▶ _Task brief_: Work through the data below and copy out every line where "ThreePointArc" is found.

▶ _Material for this task_:
○ ○ ○
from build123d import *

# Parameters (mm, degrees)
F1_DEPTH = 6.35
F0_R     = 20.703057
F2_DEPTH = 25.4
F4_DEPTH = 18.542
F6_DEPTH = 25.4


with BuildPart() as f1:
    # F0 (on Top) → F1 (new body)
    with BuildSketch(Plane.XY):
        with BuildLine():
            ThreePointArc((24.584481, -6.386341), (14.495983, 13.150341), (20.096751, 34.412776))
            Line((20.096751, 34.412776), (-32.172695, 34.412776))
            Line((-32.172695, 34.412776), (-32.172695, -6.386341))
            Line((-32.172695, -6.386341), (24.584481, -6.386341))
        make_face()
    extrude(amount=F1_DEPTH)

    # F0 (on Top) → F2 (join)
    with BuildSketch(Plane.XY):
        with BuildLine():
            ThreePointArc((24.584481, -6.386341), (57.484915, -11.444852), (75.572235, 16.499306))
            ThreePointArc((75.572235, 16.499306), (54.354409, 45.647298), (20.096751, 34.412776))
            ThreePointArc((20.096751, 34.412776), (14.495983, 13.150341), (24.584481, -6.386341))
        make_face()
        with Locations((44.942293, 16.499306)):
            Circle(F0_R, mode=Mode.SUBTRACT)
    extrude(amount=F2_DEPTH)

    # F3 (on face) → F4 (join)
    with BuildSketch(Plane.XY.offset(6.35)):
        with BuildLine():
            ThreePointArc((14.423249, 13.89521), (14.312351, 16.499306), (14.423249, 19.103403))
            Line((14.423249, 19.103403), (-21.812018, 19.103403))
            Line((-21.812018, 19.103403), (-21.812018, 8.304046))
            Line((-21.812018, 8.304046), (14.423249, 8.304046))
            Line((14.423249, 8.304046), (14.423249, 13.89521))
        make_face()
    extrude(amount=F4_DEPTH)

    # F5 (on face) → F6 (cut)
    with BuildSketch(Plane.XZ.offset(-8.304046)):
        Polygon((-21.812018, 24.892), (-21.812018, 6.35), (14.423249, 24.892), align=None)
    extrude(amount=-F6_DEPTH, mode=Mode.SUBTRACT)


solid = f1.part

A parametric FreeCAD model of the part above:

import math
import FreeCAD as App
import Part
import Sketcher
from FreeCAD import Vector
Q = App.Units.Quantity


def add_polygon(sketch, points):
    """Adds a closed chain of lines whose ends are joined by coincident constraints."""
    first, n = sketch.GeometryCount, len(points)
    for a, b in zip(points, points[1:] + points[:1]):
        sketch.addGeometry(Part.LineSegment(App.Vector(*a, 0), App.Vector(*b, 0)), False)
    for i in range(n):
        sketch.addConstraint(Sketcher.Constraint("Coincident", first + i, 2, first + (i + 1) % n, 1))

doc = App.newDocument("Part")
params = doc.addObject("Spreadsheet::Sheet", "Params")
for row, (alias, value) in enumerate([
    ("pad1_length", "0.25 in"),
    ("pad2_length", "1 in"),
    ("pad3_length", "0.73 in"),
    ("sketch4_height", "0.73 in"),
    ("pocket1_length", "1 in"),
], start=1):
    params.set(f"A{row}", alias)
    params.set(f"B{row}", "=" + value)
    params.setAlias(f"B{row}", alias)

body = doc.addObject("PartDesign::Body", "Body")

sketch1 = body.newObject("Sketcher::SketchObject", "Sketch")
sketch1.AttachmentSupport = (doc.getObject("XY_Plane"), [""])
sketch1.MapMode = "FlatFace"
sketch1.addGeometry([
    Part.ArcOfCircle(Part.Circle(Vector(45, 16, 0), Vector(0, 0, 1), 31), math.radians(144), math.radians(228)),
    Part.LineSegment(Vector(20, 34, 0), Vector(-32, 34, 0)),
    Part.LineSegment(Vector(-32, 34, 0), Vector(-32, -6, 0)),
    Part.LineSegment(Vector(-32, -6, 0), Vector(25, -6, 0)),
], False)
sketch1.addConstraint([
    Sketcher.Constraint("Coincident", 0, 1, 1, 1),
    Sketcher.Constraint("Coincident", 1, 2, 2, 1),
    Sketcher.Constraint("Coincident", 2, 2, 3, 1),
    Sketcher.Constraint("Coincident", 3, 2, 0, 2),
    Sketcher.Constraint("Horizontal", 1),
    Sketcher.Constraint("Vertical", 2),
    Sketcher.Constraint("Horizontal", 3),
    Sketcher.Constraint("Radius", 0, Q("30.629942 mm")),
    Sketcher.Constraint("DistanceX", 1, 2, 1, 1, Q("52.269446 mm")),
    Sketcher.Constraint("DistanceX", 3, 1, 3, 2, Q("56.757176 mm")),
    Sketcher.Constraint("DistanceY", 2, 2, 2, 1, Q("40.799117 mm")),
    Sketcher.Constraint("DistanceX", -1, 1, 0, 1, Q("20.096751 mm")),
    Sketcher.Constraint("DistanceY", 2, 2, -1, 1, Q("6.386341 mm")),
])
pad1 = body.newObject("PartDesign::Pad", "Pad")
pad1.Profile = sketch1
pad1.setExpression("Length", "Params.pad1_length")

sketch2 = body.newObject("Sketcher::SketchObject", "Sketch001")
sketch2.AttachmentSupport = (doc.getObject("XY_Plane"), [""])
sketch2.MapMode = "FlatFace"
sketch2.addGeometry([
    Part.ArcOfCircle(Part.Circle(Vector(45, 16, 0), Vector(0, 0, 1), 31), math.radians(-132), math.radians(0)),
    Part.ArcOfCircle(Part.Circle(Vector(45, 16, 0), Vector(0, 0, 1), 31), math.radians(0), math.radians(144)),
    Part.ArcOfCircle(Part.Circle(Vector(45, 16, 0), Vector(0, 0, 1), 31), math.radians(144), math.radians(228)),
    Part.Circle(Vector(45, 16, 0), Vector(0, 0, 1), 21),
], False)
sketch2.addConstraint([
    Sketcher.Constraint("Tangent", 0, 2, 1, 1),
    Sketcher.Constraint("Tangent", 1, 2, 2, 1),
    Sketcher.Constraint("Tangent", 2, 2, 0, 1),
    Sketcher.Constraint("Coincident", 3, 3, 0, 3),
    Sketcher.Constraint("Horizontal", 3, 3, 0, 2),
    Sketcher.Constraint("Diameter", 3, Q("41.406114 mm")),
    Sketcher.Constraint("Radius", 0, Q("30.629942 mm")),
    Sketcher.Constraint("DistanceX", -1, 1, 1, 2, Q("20.096751 mm")),
    Sketcher.Constraint("DistanceX", -1, 1, 2, 2, Q("24.584481 mm")),
    Sketcher.Constraint("DistanceY", 2, 2, -1, 1, Q("6.386341 mm")),
    Sketcher.Constraint("DistanceX", 1, 2, 0, 3, Q("24.845542 mm")),
])
pad2 = body.newObject("PartDesign::Pad", "Pad001")
pad2.Profile = sketch2
pad2.setExpression("Length", "Params.pad2_length")

sketch3 = body.newObject("Sketcher::SketchObject", "Sketch002")
sketch3.AttachmentSupport = (doc.getObject("XY_Plane"), [""])
sketch3.MapMode = "FlatFace"
sketch3.AttachmentOffset = App.Placement(Vector(0, 0, 0.25 * 25.4), App.Rotation())
sketch3.addGeometry([
    Part.ArcOfCircle(Part.Circle(Vector(45, 16, 0), Vector(0, 0, 1), 31), math.radians(175.12), math.radians(184.88)),
    Part.LineSegment(Vector(14, 19, 0), Vector(-22, 19, 0)),
    Part.LineSegment(Vector(-22, 19, 0), Vector(-22, 8, 0)),
    Part.LineSegment(Vector(-22, 8, 0), Vector(14, 8, 0)),
    Part.LineSegment(Vector(14, 8, 0), Vector(14, 14, 0)),
], False)
sketch3.addConstraint([
    Sketcher.Constraint("Coincident", 0, 1, 1, 1),
    Sketcher.Constraint("Coincident", 1, 2, 2, 1),
    Sketcher.Constraint("Coincident", 2, 2, 3, 1),
    Sketcher.Constraint("Coincident", 3, 2, 4, 1),
    Sketcher.Constraint("Coincident", 4, 2, 0, 2),
    Sketcher.Constraint("Horizontal", 1),
    Sketcher.Constraint("Vertical", 2),
    Sketcher.Constraint("Horizontal", 3),
    Sketcher.Constraint("Vertical", 4),
    Sketcher.Constraint("Vertical", 0, 1, 3, 2),
    Sketcher.Constraint("Radius", 0, Q("30.630025 mm")),
    Sketcher.Constraint("DistanceX", 1, 2, 1, 1, Q("36.235267 mm")),
    Sketcher.Constraint("DistanceY", 2, 2, 2, 1, Q("10.799357 mm")),
    Sketcher.Constraint("DistanceY", 4, 1, 4, 2, Q("5.591164 mm")),
    Sketcher.Constraint("DistanceX", -1, 1, 0, 1, Q("14.423249 mm")),
    Sketcher.Constraint("DistanceY", -1, 1, 4, 2, Q("13.89521 mm")),
])
pad3 = body.newObject("PartDesign::Pad", "Pad002")
pad3.Profile = sketch3
pad3.setExpression("Length", "Params.pad3_length")

sketch4 = body.newObject("Sketcher::SketchObject", "Sketch003")
sketch4.AttachmentSupport = (doc.getObject("XZ_Plane"), [""])
sketch4.MapMode = "FlatFace"
sketch4.AttachmentOffset = App.Placement(Vector(0, 0, -8.304046), App.Rotation())
add_polygon(sketch4, [(-22, 25), (-22, 6), (14, 25)])
sketch4.addConstraint([
    Sketcher.Constraint("Vertical", 0),
    Sketcher.Constraint("Horizontal", 2),
    Sketcher.Constraint("DistanceY", 0, 2, 0, 1, Q("0.73 in")),
    Sketcher.Constraint("DistanceY", -1, 1, 0, 2, Q("0.25 in")),
    Sketcher.Constraint("DistanceX", 2, 2, 2, 1, Q("36.235267 mm")),
    Sketcher.Constraint("DistanceX", -1, 1, 1, 2, Q("14.423249 mm")),
])
sketch4.setExpression("Constraints[5]", "Params.sketch4_height")
pocket1 = body.newObject("PartDesign::Pocket", "Pocket")
pocket1.Profile = sketch4
pocket1.setExpression("Length", "Params.pocket1_length")

doc.recompute()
○ ○ ○
▶ _Result of this exercise_:
            ThreePointArc((24.584481, -6.386341), (14.495983, 13.150341), (20.096751, 34.412776))
            ThreePointArc((24.584481, -6.386341), (57.484915, -11.444852), (75.572235, 16.499306))
            ThreePointArc((75.572235, 16.499306), (54.354409, 45.647298), (20.096751, 34.412776))
            ThreePointArc((20.096751, 34.412776), (14.495983, 13.150341), (24.584481, -6.386341))
            ThreePointArc((14.423249, 13.89521), (14.312351, 16.499306), (14.423249, 19.103403))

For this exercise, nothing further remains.